Foreign banks' U.S. assets slip, reversing trend.

Foreign banks' assets in the United States fell 1.6% last year to $872.7 billion, marking the first decline in more than a decade.

The decline in assets, according to American Banker's annual survey of foreign banks, covered all major banking sectors, including real estate and commercial and industrial lending.

The figures do not include loans and other assets booked by U.S. offices of foreign banks at offshore locations such as the Bahamas and Cayman Islands.

Industry officials and analysts said they were not surprised by the decline in assets, and attributed it to two factors: a decline in demand for bank credit in the United States and a longer-term trend among banks to move away from lending and toward fee-based, capital market-based transactions.

"The leveling off of total U.S. assets of international banks in part reflects the evolution taking place from wholesale lending to derivatives and other capital market activities," said Lawrence Uhlick, managing director of the New York-based Institute of International Bankers.

Looking at Return on Equity

"One thing banks are doing is taking a look at their return on equity," said Hugo Steensma, head of the Sonoma, Calif.-based consulting firm Sonoma International Capital Associates and a former executive officer in the United States with Rabobank of the Netherlands.

"They've come to the conclusion that many loans, especially to large companies, do not meet the earnings criteria."

Bankers added that the decline in assets also reflects fewer loan syndications by U.S. banks. Foreign banks have traditionally been big buyers of loans organized by U.S. banks.

"It's lower demand, more sources of credit, and banks' reluctance to put cheap loans on [their books]," Mr. Steensma said.

Japanese Banks Still Dominant

Among the survey's other major findings:

* Japanese banks continued to dominate foreign banking activity in the United States, despite a significant reduction in their U.S. activities.

As of June 30, 1993, Japanese banks held $387 billion of U.S. assets, or 43.7% of foreign bank's total U.S. assets, down 4.7% from $406 billion, or 45.2% of the total a year earlier.

* Bank of Tokyo remained the largest foreign bank in the United States, with $44.2 billion of assets. Holland's ABN Amro Holding became the fifth-largest foreign bank in the United States following recent acquisitions, moving up from ninth place.

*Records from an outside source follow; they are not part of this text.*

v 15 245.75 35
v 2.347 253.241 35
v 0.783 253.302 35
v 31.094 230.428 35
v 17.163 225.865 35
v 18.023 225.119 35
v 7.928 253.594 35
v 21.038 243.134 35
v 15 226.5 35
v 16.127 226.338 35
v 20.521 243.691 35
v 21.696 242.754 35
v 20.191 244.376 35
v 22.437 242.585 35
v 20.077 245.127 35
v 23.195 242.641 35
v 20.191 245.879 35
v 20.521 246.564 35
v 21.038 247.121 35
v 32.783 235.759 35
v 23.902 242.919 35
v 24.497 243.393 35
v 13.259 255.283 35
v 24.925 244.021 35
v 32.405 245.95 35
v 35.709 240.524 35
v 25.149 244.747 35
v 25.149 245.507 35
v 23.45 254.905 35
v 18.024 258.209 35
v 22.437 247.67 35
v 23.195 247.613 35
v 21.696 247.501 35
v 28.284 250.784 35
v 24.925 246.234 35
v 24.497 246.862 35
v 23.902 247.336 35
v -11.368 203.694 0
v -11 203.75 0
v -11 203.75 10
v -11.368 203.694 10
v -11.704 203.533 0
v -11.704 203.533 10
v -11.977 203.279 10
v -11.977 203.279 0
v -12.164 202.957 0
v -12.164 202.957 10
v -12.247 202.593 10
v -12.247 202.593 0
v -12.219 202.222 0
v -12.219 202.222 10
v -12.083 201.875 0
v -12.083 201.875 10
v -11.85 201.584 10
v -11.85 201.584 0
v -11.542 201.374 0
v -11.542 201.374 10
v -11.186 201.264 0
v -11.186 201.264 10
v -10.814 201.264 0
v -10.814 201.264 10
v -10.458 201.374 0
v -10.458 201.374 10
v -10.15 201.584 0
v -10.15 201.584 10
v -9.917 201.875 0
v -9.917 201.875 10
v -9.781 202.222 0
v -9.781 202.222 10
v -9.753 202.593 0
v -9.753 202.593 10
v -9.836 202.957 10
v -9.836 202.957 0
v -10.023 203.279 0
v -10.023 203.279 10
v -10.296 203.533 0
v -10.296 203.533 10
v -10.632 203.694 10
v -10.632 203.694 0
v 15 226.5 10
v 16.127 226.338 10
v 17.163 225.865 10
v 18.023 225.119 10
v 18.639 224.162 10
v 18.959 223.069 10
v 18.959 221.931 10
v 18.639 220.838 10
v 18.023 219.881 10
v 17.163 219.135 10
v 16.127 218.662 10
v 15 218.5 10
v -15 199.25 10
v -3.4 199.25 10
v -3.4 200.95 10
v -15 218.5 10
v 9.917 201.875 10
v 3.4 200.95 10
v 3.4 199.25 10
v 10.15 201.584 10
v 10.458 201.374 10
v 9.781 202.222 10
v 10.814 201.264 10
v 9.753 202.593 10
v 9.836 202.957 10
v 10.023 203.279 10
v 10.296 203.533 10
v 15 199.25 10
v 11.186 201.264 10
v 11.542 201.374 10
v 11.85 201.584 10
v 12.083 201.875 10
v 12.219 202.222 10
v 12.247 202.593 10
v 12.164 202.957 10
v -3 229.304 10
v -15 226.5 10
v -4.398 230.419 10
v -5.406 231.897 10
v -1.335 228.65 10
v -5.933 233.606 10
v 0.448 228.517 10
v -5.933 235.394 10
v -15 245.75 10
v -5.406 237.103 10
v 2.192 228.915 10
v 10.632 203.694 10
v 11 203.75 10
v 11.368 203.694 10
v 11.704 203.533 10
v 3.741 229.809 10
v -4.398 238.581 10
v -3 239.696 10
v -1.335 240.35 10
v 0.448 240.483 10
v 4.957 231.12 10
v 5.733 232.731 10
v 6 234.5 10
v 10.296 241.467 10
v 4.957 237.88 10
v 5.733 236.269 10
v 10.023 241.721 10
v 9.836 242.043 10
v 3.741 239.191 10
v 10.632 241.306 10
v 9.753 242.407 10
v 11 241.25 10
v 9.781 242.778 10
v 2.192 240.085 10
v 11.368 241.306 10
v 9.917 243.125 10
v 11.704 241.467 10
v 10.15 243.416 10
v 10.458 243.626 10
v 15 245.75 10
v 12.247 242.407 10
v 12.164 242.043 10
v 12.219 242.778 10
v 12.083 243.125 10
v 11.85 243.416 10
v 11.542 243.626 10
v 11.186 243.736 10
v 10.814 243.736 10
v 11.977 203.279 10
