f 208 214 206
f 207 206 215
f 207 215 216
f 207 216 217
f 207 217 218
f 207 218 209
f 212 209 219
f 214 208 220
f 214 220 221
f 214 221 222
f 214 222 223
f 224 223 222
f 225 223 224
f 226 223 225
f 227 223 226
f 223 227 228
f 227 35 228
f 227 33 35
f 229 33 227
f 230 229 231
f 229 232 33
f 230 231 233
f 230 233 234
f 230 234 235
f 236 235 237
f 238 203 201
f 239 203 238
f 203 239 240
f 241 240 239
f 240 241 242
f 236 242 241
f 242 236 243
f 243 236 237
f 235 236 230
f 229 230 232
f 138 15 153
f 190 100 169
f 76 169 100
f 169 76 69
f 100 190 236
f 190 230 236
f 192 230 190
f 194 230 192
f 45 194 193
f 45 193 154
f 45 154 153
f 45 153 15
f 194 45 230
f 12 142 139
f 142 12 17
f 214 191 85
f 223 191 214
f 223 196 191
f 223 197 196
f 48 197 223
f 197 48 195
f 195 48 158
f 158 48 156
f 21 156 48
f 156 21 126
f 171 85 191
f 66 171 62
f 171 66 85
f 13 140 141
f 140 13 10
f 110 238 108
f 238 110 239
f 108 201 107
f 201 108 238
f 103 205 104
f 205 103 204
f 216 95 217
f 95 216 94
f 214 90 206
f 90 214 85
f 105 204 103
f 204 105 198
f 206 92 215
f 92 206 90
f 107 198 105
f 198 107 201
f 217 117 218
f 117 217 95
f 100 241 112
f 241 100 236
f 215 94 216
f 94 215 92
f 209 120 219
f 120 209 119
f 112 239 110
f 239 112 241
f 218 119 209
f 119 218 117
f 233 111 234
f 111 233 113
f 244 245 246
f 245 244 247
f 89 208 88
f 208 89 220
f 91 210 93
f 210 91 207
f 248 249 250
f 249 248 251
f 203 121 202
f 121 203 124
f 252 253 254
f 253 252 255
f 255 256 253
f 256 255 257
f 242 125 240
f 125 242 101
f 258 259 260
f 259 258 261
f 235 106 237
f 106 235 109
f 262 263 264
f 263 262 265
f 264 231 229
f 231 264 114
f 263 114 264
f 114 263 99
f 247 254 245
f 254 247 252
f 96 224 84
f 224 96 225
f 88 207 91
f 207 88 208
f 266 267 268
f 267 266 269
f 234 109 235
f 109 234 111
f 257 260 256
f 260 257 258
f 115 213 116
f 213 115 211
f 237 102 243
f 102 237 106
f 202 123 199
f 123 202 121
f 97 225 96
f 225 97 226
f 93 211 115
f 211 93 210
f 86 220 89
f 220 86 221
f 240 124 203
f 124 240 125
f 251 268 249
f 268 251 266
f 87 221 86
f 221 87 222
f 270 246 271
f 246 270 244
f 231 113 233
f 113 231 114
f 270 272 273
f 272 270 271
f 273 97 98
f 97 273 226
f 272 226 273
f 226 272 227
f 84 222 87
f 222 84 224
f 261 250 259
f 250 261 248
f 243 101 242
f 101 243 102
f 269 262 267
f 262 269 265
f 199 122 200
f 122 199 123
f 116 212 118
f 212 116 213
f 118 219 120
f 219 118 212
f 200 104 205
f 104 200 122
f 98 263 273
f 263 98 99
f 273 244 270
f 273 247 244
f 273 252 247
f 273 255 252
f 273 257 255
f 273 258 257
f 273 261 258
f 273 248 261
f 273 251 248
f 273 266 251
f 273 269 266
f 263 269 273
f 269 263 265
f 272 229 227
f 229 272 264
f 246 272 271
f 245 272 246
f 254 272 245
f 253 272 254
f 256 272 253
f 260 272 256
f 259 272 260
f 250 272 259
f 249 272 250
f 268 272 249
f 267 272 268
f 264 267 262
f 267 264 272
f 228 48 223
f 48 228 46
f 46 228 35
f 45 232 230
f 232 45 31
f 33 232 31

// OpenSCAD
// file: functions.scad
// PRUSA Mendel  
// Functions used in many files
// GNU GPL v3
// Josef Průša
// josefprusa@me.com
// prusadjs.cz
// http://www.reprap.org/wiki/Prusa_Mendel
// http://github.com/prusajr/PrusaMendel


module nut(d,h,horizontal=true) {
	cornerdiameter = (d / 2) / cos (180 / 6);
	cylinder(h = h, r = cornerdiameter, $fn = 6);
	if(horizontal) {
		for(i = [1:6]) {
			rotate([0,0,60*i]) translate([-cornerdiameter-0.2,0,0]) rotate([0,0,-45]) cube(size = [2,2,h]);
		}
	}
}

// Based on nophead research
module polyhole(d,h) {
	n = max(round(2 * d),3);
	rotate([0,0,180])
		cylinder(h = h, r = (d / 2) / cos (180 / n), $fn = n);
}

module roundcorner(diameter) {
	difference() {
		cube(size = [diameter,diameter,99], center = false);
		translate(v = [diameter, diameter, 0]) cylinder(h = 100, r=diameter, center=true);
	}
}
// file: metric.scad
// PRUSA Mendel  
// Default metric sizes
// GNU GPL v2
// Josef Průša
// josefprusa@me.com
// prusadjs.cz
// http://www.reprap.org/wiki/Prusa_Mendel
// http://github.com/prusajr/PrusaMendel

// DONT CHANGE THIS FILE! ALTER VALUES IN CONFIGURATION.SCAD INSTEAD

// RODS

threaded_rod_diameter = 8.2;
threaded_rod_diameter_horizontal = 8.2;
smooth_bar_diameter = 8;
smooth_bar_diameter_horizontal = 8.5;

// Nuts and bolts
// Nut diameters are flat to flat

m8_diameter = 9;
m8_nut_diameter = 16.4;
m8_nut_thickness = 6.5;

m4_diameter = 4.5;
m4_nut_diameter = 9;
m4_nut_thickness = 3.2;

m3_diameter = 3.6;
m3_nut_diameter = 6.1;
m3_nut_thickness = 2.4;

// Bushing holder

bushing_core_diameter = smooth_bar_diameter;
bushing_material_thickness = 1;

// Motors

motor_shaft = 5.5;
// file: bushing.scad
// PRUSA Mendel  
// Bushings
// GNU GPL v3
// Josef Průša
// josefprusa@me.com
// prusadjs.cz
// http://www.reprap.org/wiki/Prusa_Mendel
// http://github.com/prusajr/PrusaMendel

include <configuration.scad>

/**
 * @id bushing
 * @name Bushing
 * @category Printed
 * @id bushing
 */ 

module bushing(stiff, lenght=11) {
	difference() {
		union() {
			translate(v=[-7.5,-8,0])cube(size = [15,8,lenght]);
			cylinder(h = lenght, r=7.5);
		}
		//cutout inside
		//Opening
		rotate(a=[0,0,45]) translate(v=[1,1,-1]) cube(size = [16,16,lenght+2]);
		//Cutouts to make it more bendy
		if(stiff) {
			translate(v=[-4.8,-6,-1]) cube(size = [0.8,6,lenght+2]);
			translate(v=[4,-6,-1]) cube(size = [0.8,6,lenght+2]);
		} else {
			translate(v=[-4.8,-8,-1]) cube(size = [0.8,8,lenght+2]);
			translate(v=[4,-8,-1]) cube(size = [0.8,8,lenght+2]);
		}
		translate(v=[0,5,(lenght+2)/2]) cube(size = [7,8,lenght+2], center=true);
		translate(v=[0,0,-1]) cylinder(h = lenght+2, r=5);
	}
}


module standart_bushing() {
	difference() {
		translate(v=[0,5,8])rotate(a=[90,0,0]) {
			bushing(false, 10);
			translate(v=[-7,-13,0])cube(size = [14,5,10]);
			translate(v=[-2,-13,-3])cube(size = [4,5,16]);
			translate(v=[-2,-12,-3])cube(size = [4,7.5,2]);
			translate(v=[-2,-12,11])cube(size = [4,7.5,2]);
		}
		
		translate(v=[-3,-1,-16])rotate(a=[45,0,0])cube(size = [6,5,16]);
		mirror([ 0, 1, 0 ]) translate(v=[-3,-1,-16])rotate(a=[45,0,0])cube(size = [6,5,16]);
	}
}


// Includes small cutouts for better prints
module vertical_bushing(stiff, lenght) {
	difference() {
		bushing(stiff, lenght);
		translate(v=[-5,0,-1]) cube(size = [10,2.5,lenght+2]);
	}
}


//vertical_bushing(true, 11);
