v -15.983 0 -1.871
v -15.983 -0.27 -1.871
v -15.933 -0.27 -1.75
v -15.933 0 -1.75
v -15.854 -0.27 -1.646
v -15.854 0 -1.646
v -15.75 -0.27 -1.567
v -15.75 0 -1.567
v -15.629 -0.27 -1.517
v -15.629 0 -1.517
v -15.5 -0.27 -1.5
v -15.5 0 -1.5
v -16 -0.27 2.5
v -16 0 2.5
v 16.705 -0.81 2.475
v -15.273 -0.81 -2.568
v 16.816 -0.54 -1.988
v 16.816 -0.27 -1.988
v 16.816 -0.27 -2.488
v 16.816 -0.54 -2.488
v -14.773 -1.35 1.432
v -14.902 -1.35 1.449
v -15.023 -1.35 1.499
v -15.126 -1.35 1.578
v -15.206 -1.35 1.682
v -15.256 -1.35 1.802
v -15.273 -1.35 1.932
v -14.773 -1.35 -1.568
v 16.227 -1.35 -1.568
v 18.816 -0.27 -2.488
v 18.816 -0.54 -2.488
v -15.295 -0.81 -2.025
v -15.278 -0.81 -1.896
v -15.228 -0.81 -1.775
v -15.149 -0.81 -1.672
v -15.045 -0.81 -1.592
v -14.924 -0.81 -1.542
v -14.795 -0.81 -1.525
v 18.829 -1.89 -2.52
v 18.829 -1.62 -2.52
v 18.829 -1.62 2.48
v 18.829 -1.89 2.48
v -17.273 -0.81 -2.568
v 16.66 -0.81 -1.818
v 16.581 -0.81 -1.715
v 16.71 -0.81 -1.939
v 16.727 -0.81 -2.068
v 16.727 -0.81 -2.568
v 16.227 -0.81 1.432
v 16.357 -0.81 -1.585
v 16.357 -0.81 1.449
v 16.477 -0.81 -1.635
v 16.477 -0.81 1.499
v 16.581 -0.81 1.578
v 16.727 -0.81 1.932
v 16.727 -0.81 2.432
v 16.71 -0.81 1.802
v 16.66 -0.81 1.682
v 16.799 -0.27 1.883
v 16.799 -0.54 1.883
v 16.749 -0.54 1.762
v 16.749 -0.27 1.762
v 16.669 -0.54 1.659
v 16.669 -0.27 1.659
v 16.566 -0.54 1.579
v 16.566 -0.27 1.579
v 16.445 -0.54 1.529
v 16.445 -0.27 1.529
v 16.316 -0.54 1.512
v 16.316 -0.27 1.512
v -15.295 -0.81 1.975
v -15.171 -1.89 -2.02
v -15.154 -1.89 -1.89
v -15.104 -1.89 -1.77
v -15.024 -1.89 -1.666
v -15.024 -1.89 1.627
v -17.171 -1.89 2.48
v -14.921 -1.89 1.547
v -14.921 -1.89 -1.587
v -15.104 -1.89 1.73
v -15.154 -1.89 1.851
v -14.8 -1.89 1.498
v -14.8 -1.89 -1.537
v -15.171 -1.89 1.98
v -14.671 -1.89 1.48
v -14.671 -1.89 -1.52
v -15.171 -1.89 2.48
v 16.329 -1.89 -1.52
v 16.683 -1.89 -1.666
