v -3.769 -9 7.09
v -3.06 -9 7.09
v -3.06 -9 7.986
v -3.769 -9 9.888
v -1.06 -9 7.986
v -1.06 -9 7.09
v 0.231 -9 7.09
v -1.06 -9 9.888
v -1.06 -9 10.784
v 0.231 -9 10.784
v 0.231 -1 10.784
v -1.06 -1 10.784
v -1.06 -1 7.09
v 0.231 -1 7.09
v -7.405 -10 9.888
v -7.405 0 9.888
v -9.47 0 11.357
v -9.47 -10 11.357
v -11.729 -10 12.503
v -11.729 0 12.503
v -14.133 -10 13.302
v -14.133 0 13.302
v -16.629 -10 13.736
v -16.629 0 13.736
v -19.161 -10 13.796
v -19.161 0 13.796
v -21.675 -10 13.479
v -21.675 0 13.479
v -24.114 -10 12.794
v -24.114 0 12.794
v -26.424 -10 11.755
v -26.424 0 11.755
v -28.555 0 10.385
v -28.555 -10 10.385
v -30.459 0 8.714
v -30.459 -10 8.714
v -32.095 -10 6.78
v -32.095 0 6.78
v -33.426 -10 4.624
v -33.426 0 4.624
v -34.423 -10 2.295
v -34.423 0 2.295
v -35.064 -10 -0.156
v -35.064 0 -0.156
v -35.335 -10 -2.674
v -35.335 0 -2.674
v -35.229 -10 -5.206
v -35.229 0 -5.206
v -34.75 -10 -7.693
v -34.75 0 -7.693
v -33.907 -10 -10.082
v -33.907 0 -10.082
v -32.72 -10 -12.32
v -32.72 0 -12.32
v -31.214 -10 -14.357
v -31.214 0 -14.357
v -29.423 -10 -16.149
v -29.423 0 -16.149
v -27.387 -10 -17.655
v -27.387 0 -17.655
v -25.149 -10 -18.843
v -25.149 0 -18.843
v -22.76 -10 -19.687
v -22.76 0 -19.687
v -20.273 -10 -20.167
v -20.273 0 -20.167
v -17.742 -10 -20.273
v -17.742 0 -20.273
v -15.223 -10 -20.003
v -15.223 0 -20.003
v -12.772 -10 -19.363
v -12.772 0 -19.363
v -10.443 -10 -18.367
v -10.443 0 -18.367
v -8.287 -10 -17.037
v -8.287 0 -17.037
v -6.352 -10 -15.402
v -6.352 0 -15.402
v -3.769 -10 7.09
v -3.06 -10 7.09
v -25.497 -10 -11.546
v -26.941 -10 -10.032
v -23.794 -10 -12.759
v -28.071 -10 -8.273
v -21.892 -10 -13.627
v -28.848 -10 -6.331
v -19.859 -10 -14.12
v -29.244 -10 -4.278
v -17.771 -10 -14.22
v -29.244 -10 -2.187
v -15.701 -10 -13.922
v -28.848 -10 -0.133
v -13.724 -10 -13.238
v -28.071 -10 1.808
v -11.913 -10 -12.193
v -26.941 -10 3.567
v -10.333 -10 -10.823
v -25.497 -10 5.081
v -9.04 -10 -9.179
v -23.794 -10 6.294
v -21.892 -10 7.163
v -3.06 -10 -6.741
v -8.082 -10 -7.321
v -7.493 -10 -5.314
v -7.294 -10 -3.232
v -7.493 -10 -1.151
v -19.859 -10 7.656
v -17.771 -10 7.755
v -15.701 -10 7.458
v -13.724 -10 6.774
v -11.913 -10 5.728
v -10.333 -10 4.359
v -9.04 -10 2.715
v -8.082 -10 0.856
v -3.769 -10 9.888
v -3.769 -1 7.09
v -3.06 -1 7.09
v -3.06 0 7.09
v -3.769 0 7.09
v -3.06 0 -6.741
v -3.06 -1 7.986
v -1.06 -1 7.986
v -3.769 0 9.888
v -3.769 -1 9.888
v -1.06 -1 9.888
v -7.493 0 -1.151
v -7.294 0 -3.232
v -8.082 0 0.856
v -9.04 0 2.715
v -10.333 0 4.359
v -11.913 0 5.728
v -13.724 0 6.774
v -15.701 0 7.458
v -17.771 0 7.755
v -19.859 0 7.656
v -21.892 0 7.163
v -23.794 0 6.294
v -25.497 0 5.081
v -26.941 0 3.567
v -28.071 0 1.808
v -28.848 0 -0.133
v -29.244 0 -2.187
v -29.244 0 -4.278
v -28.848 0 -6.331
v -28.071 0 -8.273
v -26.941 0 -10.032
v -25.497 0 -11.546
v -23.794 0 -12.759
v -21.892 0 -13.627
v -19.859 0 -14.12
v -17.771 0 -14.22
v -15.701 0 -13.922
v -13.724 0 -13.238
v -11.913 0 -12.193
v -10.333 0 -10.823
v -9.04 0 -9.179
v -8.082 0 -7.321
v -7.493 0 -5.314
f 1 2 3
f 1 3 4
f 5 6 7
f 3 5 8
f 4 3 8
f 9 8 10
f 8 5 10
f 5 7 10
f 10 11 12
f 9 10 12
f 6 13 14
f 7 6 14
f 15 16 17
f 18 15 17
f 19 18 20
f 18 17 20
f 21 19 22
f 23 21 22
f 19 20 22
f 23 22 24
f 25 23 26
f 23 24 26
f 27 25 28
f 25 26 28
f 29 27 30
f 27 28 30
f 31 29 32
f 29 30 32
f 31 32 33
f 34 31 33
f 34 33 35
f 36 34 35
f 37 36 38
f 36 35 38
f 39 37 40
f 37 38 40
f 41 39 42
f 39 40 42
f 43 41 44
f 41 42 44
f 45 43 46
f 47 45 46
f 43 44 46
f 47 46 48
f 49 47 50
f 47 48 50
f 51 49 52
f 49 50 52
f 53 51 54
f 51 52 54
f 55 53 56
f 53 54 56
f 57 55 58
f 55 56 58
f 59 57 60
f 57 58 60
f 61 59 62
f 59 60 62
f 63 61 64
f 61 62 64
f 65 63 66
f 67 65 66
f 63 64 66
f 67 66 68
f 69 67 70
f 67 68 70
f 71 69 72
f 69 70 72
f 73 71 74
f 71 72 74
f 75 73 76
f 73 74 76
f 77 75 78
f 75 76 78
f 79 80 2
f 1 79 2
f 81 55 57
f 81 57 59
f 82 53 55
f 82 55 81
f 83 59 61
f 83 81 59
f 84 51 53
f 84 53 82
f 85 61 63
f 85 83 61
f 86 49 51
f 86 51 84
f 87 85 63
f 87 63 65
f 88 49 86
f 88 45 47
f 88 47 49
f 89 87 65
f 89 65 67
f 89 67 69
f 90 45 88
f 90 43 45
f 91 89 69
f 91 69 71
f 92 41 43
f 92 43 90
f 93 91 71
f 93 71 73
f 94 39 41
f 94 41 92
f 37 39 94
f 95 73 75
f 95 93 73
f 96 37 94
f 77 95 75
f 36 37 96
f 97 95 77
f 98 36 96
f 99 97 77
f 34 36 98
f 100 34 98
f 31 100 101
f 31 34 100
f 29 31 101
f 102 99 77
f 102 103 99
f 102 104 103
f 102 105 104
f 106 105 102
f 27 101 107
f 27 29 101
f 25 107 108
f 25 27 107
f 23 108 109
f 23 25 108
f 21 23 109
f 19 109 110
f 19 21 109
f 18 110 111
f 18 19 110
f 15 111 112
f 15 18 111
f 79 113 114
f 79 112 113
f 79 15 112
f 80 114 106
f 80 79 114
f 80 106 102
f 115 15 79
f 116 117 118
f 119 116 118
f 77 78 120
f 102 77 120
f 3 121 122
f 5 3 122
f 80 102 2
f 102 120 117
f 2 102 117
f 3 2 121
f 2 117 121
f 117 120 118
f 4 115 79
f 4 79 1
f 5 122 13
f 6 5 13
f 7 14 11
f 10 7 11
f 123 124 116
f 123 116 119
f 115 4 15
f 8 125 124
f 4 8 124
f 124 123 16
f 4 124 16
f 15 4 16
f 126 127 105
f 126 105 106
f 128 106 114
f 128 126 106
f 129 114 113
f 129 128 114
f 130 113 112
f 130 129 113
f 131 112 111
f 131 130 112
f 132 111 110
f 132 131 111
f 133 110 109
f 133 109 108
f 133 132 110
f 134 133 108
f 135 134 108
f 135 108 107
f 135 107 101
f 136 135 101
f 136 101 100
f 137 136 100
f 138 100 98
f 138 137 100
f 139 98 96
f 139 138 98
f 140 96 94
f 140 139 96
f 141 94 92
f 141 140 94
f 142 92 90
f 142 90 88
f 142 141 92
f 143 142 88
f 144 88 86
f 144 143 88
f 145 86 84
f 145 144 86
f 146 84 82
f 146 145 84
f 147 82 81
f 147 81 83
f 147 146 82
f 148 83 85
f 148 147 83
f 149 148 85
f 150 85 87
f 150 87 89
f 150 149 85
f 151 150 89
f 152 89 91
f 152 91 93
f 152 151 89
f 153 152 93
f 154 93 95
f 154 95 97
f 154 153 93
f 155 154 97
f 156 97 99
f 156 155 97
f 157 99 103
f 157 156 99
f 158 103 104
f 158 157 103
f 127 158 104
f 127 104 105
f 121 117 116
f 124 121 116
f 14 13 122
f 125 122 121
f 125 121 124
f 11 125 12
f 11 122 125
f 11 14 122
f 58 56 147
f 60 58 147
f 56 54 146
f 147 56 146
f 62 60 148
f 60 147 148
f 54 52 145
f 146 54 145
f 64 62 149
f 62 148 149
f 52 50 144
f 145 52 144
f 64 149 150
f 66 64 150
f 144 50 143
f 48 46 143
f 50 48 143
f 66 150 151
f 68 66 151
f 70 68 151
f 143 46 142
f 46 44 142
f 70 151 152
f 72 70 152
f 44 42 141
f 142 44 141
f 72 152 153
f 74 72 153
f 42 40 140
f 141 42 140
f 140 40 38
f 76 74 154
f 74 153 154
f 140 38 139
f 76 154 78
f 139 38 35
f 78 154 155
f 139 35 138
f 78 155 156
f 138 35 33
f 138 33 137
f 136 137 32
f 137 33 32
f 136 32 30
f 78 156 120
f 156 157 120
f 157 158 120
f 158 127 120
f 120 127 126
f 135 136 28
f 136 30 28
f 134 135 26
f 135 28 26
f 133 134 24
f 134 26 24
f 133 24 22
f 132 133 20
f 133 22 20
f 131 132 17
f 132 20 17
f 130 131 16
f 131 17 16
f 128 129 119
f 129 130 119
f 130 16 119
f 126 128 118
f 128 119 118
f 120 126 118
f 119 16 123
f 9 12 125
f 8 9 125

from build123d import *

# Parameters (mm, degrees)
F0_R     = 11
F1_DEPTH = 10
F2_W     = 1
F2_H     = 3.693367015
F3_DEPTH = 4


with BuildPart() as f1:
    # F0 (on Front) → F1 (new body)
    with BuildSketch(Plane.XZ):
        with BuildLine():
            Line((-3.0604514879, 9.8880870564), (-7.4054963655, 9.8880870564))
            ThreePointArc((-7.4054963655, 9.8880870564), (-35.3291650939, -3.9419436711), (-6.351978263, -15.4015976163))
            Line((-6.351978263, -15.4015976163), (-3.0604514879, -6.7412075195))
            Line((-3.0604514879, -6.7412075195), (-3.0604514879, 3.9817849485))
            Line((-3.0604514879, 3.9817849485), (-3.0604514879, 7.9859482356))
            Line((-3.0604514879, 7.9859482356), (-3.0604514879, 9.8880870564))
        make_face()
        with Locations((-18.2939400691, -3.2322899852)):
            Circle(F0_R, mode=Mode.SUBTRACT)
        Polygon((-1.0604514879, 9.8880870564), (-3.0604514879, 9.8880870564), (-3.0604514879, 7.9859482356), (-1.0604514879, 7.9859482356), (-1.0604514879, 7.0903341385), (0.2310752873, 7.0903341385), (0.2310752873, 10.7837011535), (-1.0604514879, 10.7837011535), align=None)
    extrude(amount=F1_DEPTH)

    # F2 (on face) → F3 (cut)
    with BuildSketch(Plane.YZ.offset(0.2310752873)):
        with Locations((-9.5, 8.937017646)):
            Rectangle(F2_W, F2_H)
        with Locations((-0.5, 8.937017646)):
            Rectangle(F2_W, F2_H)
    extrude(amount=-F3_DEPTH, mode=Mode.SUBTRACT)


solid = f1.part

Allied Irish Unit Fared Rest

First Omni Bank, a $584,000-asset Allied Irish Banks subsidiary based in Millsboro, Del. was the most profitable foreign banking unit with a 3.24% return on assets. Seoul Bank of California in Los Angeles was the least profitable, with minus-24.26% return on assets.

Foreign banks have offices in 24 states. New York City remained the favored location for offices, followed by Los Angeles, Chicago, Miami, San Francisco, and Houston.

For the second year in a row, foreign banks closed more offices than they opened. The total number of foreign offices fell to 965 from 988.

Among the newcomers last year: France's Banque Transatlantique, Bank of Taiwan, Spain's Banco de Sabadell, and Turkiye Vakiflar Bankasi.

However, at least part of the decline can be attributed to a slowdown in licenses by the Federal Reserve Board as a result of tougher banking legislation.

The slowdown in foreign banks entering the U.S. market, coupled with more stringent supervision of foreign banks and restrictive U.S. banking laws, has become the target of increasing criticism by foreign as well as U.S. observers and officials.

In what threatens to develop into an international diplomatic row, the European Commission voiced concern last month at plans to levy fees on foreign banks in the United States for Federal Reserve Bank examinations.

"In our view, this extra financial burden would be clearly discriminatory," the commission wrote in a letter to Federal Reserve Chairman Alan Greenspan and U.S. Treasury Secretary Lloyd Bentsen.

The fees were approved as part of the Foreign Bank Supervision Enhancement Act approved by Congress at the end of 1991. They have yet to be applied.